Damage or loss of the myelin sheath is a hallmark of several neurological diseases in adults (such as multiple sclerosis, MS, in the image below), as well as in infants (cerebral palsy, for instance), and is common after injury. However, little is known about how cells repair and regenerate myelin.

Myelin sheath (seen with Luxol Fast Blue) in control brain tissue and in a multiple sclerosis (MS) lesion. A hallmark of human MS is major loss of the myelin sheath in brain tissue. CNS = central nervous system; ECM = extra cellular matrix. Image courtesy of the Lee lab/Genes & Development, 2020

Dr. Hyun Kyoung Lee, assistant professor of pediatrics at Baylor College of Medicine and the Jan and Dan Duncan Neurological Research Institute at Texas Children’s Hospital, and her colleagues identified a new regulator (Nedd4) and a genetic pathway (Daam2- Nedd4-VHL) that control myelin formation during development and after injury. Their findings offer the exciting possibility of therapeutically targeting this new pathway to repair and regenerate damaged myelin after an injury or in patients suffering from myelin-associated neurological disorders.

Dr. Hyun Kyoung Lee
Taking a closer look at myelin production

“Myelin is produced and assembled into sheaths by glial cells called oligodendrocytes (OL) via a series of steps regulated by signaling pathways,” said Lee, who also is a member of Baylor’s Dan L Duncan Comprehensive Cancer Center. “While several key features are common between developmental and regenerative myelination, it remains unclear how developmental programs are re-activated after an injury to initiate repair and regeneration in adulthood.”

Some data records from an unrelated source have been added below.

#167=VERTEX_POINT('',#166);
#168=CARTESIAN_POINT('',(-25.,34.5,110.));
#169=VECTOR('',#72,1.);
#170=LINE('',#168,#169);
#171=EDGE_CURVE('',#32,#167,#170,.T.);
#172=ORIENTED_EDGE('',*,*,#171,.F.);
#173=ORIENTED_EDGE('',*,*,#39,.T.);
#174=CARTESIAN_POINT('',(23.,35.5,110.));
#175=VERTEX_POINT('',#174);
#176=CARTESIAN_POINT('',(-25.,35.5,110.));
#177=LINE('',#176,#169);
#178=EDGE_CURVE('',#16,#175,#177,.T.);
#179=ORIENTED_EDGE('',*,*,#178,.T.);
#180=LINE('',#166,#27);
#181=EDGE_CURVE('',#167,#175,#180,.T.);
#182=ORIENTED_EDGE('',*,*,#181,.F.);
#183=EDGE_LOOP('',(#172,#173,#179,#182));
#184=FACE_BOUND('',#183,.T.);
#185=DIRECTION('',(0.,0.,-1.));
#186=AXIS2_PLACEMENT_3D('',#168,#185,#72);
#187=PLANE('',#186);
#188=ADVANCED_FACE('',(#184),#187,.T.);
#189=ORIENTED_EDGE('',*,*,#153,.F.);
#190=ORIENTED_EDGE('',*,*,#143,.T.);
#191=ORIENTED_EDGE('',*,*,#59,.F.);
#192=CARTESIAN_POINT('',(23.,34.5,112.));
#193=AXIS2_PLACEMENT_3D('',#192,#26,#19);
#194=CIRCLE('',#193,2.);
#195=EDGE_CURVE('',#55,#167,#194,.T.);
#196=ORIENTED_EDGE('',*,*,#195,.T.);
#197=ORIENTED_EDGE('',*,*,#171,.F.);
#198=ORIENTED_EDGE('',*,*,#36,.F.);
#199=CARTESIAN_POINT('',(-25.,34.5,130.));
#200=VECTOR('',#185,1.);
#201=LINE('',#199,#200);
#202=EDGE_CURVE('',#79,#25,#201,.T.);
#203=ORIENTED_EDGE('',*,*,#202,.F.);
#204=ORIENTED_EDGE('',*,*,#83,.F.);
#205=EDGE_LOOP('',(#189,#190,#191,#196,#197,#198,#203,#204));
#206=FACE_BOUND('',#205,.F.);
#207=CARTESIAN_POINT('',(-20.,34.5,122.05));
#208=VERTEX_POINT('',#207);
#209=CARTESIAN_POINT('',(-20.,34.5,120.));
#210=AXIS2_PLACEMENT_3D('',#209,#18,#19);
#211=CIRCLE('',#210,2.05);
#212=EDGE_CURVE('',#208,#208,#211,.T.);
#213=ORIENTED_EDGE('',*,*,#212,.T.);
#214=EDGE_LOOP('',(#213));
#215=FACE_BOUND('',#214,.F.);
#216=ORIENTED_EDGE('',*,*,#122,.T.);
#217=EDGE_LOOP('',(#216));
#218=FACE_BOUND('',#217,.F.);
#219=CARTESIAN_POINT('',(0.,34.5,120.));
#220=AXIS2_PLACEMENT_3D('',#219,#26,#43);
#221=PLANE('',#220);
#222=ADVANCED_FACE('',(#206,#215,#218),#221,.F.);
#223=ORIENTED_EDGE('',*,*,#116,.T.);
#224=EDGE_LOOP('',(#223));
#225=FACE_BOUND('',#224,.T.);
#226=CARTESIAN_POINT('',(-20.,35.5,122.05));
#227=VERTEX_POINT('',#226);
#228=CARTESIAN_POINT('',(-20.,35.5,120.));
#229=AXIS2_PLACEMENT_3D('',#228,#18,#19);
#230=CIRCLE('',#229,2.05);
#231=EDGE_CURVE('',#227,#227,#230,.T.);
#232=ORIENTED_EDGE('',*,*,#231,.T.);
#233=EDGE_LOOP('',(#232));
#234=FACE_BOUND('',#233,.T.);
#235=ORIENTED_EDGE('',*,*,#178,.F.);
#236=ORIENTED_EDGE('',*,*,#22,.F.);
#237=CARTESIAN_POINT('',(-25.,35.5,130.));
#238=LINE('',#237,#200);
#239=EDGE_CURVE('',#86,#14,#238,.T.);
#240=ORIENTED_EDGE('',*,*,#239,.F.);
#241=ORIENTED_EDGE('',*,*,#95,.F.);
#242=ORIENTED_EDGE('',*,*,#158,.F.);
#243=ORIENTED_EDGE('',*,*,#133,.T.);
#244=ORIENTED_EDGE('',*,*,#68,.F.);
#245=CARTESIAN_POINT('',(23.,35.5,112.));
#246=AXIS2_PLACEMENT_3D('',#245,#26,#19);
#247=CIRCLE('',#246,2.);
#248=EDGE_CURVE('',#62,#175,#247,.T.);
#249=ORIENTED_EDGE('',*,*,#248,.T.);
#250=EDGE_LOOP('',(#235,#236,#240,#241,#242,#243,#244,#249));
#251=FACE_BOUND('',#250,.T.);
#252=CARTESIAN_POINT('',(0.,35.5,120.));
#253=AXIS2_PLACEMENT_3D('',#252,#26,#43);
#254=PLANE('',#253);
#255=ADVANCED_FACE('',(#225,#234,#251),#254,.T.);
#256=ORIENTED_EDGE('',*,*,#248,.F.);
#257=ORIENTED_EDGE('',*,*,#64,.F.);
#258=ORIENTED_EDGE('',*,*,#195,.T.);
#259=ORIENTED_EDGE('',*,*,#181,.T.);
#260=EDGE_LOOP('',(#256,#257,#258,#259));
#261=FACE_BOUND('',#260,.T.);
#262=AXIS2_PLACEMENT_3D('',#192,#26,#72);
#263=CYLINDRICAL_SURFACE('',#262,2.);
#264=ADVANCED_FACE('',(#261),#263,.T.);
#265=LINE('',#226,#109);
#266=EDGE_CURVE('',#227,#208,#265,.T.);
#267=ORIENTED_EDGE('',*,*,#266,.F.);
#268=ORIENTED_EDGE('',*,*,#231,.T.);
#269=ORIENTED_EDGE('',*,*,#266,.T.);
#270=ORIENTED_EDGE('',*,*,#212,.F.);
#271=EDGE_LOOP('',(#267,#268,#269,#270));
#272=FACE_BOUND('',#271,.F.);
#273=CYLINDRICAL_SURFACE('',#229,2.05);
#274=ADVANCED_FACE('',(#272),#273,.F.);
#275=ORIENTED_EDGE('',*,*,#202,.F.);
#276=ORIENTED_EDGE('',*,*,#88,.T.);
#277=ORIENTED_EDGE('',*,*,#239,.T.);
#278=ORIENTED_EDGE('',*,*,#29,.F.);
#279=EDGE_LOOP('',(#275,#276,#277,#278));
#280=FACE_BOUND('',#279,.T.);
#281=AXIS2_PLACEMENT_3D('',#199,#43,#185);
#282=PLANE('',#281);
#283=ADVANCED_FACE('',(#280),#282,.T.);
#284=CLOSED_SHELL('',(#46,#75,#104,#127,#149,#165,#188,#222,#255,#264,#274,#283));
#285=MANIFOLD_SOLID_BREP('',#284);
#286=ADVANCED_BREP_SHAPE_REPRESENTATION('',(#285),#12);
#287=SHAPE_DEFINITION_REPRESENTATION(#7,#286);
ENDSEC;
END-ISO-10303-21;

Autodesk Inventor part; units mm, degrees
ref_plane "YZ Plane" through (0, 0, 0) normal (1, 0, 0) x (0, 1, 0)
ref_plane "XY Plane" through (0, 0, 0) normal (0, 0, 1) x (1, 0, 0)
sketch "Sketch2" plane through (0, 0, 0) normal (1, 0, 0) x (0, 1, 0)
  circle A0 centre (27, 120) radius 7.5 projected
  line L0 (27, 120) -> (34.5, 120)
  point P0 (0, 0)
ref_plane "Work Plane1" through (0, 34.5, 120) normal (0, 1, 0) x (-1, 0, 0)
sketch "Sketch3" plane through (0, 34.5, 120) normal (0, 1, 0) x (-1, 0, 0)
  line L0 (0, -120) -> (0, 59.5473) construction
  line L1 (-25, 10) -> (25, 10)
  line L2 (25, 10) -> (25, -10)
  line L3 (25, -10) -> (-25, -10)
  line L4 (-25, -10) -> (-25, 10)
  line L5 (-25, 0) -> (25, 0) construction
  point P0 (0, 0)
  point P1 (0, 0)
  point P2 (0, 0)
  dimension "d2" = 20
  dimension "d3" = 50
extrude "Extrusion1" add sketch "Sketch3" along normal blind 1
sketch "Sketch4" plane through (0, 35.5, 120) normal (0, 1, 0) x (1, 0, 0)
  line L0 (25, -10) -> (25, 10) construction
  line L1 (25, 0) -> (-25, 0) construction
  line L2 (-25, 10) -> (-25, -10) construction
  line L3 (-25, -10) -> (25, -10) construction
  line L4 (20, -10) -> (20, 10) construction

Several years back, Lee and others in Dr. Benjamin Deneen’s lab discovered a regulator, called dishevelled associated activator of morphogenesis 2 (Daam2), that suppressed OL development and repair. Interestingly, the researchers’ recent work in glial cancers led them to the discovery that Daam2 interacted with the hypoxia-associated von Hippel-Lindau (VHL) ubiquitin ligase.

“We found that in glial tumors (glioma), Daam2 and VHL displayed an antagonistic relationship – Daam2 promoted the degradation of VHL,” Lee said. “Intrigued by this finding, we wondered whether Daam2-VHL displayed similar interactions in the context of myelin development and repair and this became our impetus for the current study.”

They found that Daam2 indeed suppressed VHL expression and reduced its stability during OL development and regeneration, and showed that VHL acts downstream of Daam2 during glial development.

Further studies showed that Daam2-mediated degradation of VHL involved the ubiquitin-proteosomal system (UPS), which is a crucial protein-degradation system found in the cells of most multicellular organisms. E3 ubiquitin ligases are a group of important enzymes of the UPS that specifically recognize the target protein and catalyze the transfer of ubiquitin molecules that mark the target for further steps of degradation.

To understand how Daam2 promotes the degradation of VHL, the team performed a proteomic screen to identify the candidate ubiquitin ligase(s). After several rounds of screening and validation, they narrowed down Nedd4 as the target ubiquitin ligase.

This was an exciting discovery because, although Nedd4 has been implicated in early neuronal development and cancers, this was the first demonstration of its role in glial development and regeneration,” Lee said.

“We showed that Nedd4 is necessary and sufficient for developmental and regenerative myelination.”

Consistent with this newly identified pro-myelination role for VHL and Nedd4, they saw a dramatic reduction in the levels of VHL or Nedd4 in the post-mortem brain tissues obtained from patients with multiple sclerosis.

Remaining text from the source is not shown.